-- Input --
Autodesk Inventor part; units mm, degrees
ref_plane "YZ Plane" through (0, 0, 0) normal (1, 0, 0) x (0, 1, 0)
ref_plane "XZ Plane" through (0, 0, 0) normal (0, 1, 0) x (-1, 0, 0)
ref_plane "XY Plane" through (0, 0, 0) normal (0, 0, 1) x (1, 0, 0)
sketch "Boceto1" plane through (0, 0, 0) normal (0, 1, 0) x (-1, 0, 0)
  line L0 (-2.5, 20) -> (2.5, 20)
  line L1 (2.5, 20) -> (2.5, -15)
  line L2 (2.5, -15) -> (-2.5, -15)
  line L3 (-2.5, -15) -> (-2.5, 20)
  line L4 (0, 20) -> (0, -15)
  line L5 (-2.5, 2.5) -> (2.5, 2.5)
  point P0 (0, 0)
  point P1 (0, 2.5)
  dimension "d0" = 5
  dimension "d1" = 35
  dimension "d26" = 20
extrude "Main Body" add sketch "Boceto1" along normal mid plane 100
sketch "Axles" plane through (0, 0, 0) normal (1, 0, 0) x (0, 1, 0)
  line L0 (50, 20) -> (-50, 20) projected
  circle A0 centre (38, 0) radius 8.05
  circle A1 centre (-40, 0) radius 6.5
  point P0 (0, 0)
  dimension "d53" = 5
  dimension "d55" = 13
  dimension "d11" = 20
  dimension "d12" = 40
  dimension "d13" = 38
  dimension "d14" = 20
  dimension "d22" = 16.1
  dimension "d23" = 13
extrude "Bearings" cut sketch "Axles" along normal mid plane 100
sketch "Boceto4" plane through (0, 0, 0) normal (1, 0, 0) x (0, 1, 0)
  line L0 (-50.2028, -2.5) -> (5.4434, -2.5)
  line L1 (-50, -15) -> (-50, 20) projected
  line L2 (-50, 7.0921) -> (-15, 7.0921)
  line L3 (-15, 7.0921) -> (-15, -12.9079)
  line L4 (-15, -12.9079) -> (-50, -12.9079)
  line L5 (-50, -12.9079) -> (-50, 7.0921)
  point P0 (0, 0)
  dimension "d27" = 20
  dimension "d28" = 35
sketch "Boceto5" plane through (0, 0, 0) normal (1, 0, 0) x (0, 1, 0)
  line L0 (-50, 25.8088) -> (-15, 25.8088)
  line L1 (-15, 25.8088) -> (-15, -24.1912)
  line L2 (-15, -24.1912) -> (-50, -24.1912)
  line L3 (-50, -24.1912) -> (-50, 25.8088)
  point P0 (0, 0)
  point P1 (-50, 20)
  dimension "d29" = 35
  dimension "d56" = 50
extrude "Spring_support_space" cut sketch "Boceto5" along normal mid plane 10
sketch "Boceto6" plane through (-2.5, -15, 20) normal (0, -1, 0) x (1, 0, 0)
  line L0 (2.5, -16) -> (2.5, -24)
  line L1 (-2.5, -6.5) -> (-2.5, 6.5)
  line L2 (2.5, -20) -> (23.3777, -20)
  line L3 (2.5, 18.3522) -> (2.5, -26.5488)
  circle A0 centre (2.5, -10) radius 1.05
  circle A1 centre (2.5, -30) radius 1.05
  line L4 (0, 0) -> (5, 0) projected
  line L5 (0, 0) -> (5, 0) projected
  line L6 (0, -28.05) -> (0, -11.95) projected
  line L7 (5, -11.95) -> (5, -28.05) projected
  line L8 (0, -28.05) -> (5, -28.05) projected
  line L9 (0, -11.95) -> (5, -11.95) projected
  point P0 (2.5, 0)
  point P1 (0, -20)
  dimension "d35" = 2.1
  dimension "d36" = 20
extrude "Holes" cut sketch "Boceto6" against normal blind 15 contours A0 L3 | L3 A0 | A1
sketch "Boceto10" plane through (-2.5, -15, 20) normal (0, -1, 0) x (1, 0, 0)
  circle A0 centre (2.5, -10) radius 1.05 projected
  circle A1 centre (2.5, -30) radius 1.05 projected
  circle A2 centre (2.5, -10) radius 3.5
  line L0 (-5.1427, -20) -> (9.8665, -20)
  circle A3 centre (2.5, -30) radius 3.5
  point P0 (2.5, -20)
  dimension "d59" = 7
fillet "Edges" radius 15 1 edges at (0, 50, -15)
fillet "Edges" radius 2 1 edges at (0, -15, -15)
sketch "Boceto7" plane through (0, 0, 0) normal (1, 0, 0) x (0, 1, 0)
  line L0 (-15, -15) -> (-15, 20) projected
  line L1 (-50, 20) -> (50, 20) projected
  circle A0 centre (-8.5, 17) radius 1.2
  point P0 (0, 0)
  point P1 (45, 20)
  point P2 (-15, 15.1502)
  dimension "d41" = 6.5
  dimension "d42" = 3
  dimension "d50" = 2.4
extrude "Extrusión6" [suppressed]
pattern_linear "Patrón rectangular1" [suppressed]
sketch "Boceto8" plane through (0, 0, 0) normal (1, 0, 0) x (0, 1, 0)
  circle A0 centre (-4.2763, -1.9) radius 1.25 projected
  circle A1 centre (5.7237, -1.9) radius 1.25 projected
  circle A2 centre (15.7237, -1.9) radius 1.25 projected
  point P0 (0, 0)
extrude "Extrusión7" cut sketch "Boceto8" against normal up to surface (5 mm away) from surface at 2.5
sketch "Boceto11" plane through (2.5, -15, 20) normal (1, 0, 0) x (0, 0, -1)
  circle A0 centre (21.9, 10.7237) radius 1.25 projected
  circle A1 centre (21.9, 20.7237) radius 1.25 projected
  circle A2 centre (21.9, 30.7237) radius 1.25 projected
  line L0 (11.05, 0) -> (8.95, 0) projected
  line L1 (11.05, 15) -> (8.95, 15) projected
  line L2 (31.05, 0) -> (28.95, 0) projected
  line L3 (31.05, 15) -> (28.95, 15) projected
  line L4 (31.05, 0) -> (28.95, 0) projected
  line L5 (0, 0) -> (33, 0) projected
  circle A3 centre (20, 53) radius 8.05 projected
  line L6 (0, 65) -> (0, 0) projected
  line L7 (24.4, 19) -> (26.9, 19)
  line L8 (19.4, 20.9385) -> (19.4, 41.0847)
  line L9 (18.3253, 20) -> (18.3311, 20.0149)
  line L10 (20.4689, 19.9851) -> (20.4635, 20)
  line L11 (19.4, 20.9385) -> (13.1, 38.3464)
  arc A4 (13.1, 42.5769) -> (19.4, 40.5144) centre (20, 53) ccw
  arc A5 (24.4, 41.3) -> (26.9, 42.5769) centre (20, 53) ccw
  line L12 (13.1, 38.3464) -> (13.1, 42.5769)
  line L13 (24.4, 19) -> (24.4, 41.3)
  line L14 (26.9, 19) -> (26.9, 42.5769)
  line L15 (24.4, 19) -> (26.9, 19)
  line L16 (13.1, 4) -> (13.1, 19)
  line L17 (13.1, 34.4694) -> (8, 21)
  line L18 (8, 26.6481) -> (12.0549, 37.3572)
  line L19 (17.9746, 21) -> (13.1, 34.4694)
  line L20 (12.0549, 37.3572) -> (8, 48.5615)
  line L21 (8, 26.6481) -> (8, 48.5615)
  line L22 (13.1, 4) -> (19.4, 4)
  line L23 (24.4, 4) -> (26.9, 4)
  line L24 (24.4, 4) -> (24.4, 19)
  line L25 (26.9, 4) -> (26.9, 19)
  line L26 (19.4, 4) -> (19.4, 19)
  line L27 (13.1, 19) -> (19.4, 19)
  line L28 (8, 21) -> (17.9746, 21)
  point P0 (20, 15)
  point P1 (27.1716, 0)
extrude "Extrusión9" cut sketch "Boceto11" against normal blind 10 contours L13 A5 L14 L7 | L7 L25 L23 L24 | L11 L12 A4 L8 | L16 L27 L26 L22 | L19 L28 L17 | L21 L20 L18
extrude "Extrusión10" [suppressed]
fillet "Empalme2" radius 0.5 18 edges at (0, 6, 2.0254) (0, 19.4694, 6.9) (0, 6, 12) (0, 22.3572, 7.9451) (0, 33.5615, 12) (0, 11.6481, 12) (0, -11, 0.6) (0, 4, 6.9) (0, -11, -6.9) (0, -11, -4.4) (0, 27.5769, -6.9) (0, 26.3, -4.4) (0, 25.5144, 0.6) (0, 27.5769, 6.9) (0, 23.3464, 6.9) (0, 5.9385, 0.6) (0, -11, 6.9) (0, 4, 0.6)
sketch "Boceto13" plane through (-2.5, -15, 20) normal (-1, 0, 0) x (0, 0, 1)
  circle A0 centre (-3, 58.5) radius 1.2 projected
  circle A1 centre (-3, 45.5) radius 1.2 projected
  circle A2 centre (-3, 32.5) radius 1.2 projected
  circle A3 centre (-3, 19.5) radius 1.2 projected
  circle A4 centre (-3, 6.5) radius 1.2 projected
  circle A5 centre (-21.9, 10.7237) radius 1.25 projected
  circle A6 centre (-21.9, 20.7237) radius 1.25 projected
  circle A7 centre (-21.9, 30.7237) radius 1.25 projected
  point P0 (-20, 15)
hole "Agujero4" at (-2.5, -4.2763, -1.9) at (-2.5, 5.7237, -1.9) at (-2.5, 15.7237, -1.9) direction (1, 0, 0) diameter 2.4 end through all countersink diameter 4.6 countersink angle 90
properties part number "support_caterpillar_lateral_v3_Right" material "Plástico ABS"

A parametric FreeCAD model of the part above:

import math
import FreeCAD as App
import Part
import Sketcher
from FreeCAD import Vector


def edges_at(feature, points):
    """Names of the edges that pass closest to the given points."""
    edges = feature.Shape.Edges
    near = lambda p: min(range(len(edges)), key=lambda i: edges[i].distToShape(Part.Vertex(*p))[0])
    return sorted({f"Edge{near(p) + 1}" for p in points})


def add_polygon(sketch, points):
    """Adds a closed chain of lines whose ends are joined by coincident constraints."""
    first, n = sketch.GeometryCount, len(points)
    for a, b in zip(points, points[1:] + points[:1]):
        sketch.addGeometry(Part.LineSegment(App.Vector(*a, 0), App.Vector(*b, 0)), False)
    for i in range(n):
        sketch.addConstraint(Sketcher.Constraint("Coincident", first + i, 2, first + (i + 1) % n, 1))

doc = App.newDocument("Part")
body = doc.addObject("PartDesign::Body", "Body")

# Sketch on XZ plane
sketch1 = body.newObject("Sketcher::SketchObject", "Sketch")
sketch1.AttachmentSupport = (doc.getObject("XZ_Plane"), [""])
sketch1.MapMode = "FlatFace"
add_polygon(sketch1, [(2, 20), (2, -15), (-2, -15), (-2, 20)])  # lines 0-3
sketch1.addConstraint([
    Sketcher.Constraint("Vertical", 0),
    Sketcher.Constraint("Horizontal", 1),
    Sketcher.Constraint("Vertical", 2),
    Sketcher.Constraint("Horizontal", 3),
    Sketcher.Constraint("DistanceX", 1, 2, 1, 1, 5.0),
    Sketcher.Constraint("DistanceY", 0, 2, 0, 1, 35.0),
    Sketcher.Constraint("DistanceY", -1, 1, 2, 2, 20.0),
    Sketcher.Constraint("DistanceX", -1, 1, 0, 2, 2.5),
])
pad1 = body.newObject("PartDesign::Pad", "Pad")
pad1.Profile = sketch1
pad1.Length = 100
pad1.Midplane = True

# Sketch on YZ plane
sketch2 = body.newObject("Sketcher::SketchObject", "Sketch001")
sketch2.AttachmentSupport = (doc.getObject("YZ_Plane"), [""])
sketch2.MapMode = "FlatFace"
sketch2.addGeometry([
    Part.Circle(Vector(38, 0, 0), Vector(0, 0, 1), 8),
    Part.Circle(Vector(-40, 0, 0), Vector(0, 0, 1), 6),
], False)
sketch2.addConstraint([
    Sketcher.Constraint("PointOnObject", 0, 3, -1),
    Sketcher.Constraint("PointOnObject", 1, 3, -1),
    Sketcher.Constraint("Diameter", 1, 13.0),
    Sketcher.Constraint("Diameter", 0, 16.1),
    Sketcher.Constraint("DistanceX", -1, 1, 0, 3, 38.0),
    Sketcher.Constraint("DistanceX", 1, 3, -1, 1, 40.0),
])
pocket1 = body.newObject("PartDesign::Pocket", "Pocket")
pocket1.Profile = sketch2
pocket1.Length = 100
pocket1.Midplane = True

-- Work item --
Tally the lines in the entries above that hold the word "extrude". Reply with nothing but that count.

-- Written response --
8